WORK TO COMPLETE:
Between the line containing "v18 (5.226426,-19.189161,-3.5)" and the line containing "v20 (4.87598,16.87402,-7.5)" lies a run of lines; give that run again exactly, with both of those lines, and nothing else from the entries below.

GIVEN DATA:
BEGIN
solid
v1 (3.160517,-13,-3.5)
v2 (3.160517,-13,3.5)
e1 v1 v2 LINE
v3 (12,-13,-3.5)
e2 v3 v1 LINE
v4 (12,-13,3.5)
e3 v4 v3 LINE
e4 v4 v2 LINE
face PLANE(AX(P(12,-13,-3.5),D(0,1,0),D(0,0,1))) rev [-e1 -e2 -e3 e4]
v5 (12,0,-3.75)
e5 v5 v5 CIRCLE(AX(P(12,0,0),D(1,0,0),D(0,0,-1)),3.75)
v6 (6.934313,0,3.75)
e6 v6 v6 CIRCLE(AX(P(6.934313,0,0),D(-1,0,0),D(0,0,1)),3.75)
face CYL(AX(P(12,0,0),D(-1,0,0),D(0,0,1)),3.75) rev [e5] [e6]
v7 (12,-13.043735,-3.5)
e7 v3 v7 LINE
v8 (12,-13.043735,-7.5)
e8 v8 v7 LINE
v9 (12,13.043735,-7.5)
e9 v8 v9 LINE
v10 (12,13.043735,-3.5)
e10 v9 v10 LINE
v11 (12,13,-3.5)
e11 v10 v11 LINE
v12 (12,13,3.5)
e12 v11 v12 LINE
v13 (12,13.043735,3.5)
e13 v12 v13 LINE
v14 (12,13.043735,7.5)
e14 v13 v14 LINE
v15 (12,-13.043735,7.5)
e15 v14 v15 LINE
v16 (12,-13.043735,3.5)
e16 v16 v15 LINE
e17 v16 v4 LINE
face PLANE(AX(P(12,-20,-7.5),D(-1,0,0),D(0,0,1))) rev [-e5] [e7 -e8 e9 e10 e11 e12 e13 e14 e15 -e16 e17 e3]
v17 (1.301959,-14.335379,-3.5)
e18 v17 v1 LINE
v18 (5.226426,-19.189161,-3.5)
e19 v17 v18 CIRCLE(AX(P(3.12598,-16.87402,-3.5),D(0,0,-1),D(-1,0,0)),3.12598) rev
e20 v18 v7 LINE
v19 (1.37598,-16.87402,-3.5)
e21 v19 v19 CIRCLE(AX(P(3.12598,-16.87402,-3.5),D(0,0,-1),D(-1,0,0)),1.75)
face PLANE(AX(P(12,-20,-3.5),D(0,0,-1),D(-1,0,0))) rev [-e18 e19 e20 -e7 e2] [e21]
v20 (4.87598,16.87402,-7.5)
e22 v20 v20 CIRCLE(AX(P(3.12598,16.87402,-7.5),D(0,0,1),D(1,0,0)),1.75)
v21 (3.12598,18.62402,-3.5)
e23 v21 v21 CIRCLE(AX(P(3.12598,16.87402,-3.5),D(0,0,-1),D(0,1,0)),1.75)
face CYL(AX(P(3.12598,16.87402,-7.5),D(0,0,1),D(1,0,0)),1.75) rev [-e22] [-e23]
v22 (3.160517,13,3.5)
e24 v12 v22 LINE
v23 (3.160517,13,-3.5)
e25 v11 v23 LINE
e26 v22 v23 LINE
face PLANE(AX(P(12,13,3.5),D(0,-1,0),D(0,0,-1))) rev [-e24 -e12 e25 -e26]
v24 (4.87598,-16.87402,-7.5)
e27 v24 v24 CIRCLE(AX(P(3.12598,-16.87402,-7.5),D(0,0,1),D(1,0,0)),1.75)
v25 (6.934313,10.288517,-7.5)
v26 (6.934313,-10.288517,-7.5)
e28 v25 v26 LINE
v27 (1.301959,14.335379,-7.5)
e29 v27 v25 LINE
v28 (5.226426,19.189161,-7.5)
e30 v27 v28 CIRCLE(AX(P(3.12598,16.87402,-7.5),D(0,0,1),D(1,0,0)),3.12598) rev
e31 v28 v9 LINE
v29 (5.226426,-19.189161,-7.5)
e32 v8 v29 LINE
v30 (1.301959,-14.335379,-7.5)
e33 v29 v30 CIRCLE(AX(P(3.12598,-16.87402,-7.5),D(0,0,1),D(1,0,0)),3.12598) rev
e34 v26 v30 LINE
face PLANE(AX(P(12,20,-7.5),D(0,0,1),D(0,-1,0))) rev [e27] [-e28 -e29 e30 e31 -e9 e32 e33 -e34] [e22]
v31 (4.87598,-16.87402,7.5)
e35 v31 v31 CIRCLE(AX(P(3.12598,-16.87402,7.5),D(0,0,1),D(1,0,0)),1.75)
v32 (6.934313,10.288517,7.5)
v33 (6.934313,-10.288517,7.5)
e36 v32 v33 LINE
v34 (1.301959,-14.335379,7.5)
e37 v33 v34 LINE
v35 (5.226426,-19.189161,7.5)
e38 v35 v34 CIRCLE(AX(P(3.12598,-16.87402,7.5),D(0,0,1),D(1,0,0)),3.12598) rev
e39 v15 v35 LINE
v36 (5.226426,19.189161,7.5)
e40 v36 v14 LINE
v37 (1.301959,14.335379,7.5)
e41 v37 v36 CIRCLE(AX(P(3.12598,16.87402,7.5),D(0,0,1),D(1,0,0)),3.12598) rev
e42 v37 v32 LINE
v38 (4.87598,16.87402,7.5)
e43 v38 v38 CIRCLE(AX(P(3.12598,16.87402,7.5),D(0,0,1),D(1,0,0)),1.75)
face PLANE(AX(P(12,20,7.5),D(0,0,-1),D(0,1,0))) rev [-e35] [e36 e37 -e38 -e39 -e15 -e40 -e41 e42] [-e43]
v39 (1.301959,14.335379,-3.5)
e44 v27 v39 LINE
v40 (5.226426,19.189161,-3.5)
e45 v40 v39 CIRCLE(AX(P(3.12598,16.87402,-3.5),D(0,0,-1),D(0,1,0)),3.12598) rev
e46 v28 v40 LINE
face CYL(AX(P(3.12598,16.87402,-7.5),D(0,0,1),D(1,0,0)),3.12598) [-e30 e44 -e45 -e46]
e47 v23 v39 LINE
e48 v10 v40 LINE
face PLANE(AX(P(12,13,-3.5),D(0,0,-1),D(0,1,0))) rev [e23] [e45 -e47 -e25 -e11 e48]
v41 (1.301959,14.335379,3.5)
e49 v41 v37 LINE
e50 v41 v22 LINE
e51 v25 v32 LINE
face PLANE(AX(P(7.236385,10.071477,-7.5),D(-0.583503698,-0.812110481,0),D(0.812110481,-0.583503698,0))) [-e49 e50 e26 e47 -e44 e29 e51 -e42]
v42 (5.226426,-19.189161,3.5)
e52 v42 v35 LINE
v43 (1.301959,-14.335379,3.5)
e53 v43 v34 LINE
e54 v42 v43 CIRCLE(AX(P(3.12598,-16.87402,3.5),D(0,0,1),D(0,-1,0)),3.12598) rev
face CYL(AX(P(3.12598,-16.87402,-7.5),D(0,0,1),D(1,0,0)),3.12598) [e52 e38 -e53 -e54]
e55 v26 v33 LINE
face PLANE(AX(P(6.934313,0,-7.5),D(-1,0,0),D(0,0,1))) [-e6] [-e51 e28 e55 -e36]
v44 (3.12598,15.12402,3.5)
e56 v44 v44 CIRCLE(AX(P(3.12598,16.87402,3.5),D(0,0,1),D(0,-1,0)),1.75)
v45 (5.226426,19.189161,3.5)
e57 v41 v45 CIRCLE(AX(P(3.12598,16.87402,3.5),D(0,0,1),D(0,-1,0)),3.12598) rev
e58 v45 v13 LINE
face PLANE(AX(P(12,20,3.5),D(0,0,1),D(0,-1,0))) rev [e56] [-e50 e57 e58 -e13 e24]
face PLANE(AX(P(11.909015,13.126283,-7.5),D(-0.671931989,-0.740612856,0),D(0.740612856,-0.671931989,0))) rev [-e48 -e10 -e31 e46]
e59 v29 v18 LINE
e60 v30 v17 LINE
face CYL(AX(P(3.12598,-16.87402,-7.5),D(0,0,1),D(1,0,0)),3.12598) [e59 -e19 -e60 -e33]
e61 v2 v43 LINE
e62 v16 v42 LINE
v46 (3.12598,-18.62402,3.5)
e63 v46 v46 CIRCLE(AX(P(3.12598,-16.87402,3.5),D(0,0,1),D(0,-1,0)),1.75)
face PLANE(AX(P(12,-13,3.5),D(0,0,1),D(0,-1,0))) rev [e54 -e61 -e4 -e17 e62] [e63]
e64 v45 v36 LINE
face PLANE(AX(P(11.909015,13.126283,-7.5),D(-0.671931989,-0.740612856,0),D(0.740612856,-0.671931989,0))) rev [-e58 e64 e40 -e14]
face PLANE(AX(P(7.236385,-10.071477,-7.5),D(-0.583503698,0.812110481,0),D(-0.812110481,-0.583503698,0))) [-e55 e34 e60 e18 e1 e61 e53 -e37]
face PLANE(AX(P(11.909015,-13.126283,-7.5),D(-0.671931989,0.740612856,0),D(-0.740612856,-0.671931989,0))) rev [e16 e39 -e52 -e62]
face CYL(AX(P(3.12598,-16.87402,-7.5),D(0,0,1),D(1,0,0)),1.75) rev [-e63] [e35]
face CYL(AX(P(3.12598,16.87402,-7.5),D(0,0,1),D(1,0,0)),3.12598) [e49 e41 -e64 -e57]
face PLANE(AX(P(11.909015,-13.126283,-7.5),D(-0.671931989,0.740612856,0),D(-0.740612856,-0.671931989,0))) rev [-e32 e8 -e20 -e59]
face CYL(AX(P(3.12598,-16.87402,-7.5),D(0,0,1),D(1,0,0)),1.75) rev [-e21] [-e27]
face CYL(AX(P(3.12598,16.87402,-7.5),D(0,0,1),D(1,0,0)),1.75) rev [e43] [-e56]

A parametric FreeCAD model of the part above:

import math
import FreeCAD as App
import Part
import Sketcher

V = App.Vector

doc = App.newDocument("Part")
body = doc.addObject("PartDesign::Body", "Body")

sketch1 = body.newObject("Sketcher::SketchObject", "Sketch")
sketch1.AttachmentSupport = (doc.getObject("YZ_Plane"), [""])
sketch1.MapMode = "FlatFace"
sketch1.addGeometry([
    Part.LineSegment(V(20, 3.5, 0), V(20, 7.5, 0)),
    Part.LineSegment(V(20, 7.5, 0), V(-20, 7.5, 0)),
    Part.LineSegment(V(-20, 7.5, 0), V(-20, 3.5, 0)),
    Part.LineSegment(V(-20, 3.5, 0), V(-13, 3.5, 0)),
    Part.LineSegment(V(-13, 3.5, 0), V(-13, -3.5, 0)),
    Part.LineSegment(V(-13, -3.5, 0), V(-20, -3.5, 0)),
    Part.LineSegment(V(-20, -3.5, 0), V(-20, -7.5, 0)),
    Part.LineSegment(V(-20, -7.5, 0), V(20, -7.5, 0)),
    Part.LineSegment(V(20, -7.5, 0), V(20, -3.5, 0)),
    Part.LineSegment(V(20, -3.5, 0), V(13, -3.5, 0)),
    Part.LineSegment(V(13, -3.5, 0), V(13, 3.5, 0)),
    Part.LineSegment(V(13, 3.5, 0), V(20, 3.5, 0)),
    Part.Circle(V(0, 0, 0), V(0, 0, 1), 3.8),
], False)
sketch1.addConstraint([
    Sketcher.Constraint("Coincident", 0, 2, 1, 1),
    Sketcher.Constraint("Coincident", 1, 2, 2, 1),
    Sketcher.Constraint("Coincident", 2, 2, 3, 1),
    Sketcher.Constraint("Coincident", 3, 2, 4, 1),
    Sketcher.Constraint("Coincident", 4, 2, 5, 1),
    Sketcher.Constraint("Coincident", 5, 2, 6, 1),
END
EXERCISE RESPONSE:
v18 (5.226426,-19.189161,-3.5)
e19 v17 v18 CIRCLE(AX(P(3.12598,-16.87402,-3.5),D(0,0,-1),D(-1,0,0)),3.12598) rev
e20 v18 v7 LINE
v19 (1.37598,-16.87402,-3.5)
e21 v19 v19 CIRCLE(AX(P(3.12598,-16.87402,-3.5),D(0,0,-1),D(-1,0,0)),1.75)
face PLANE(AX(P(12,-20,-3.5),D(0,0,-1),D(-1,0,0))) rev [-e18 e19 e20 -e7 e2] [e21]
v20 (4.87598,16.87402,-7.5)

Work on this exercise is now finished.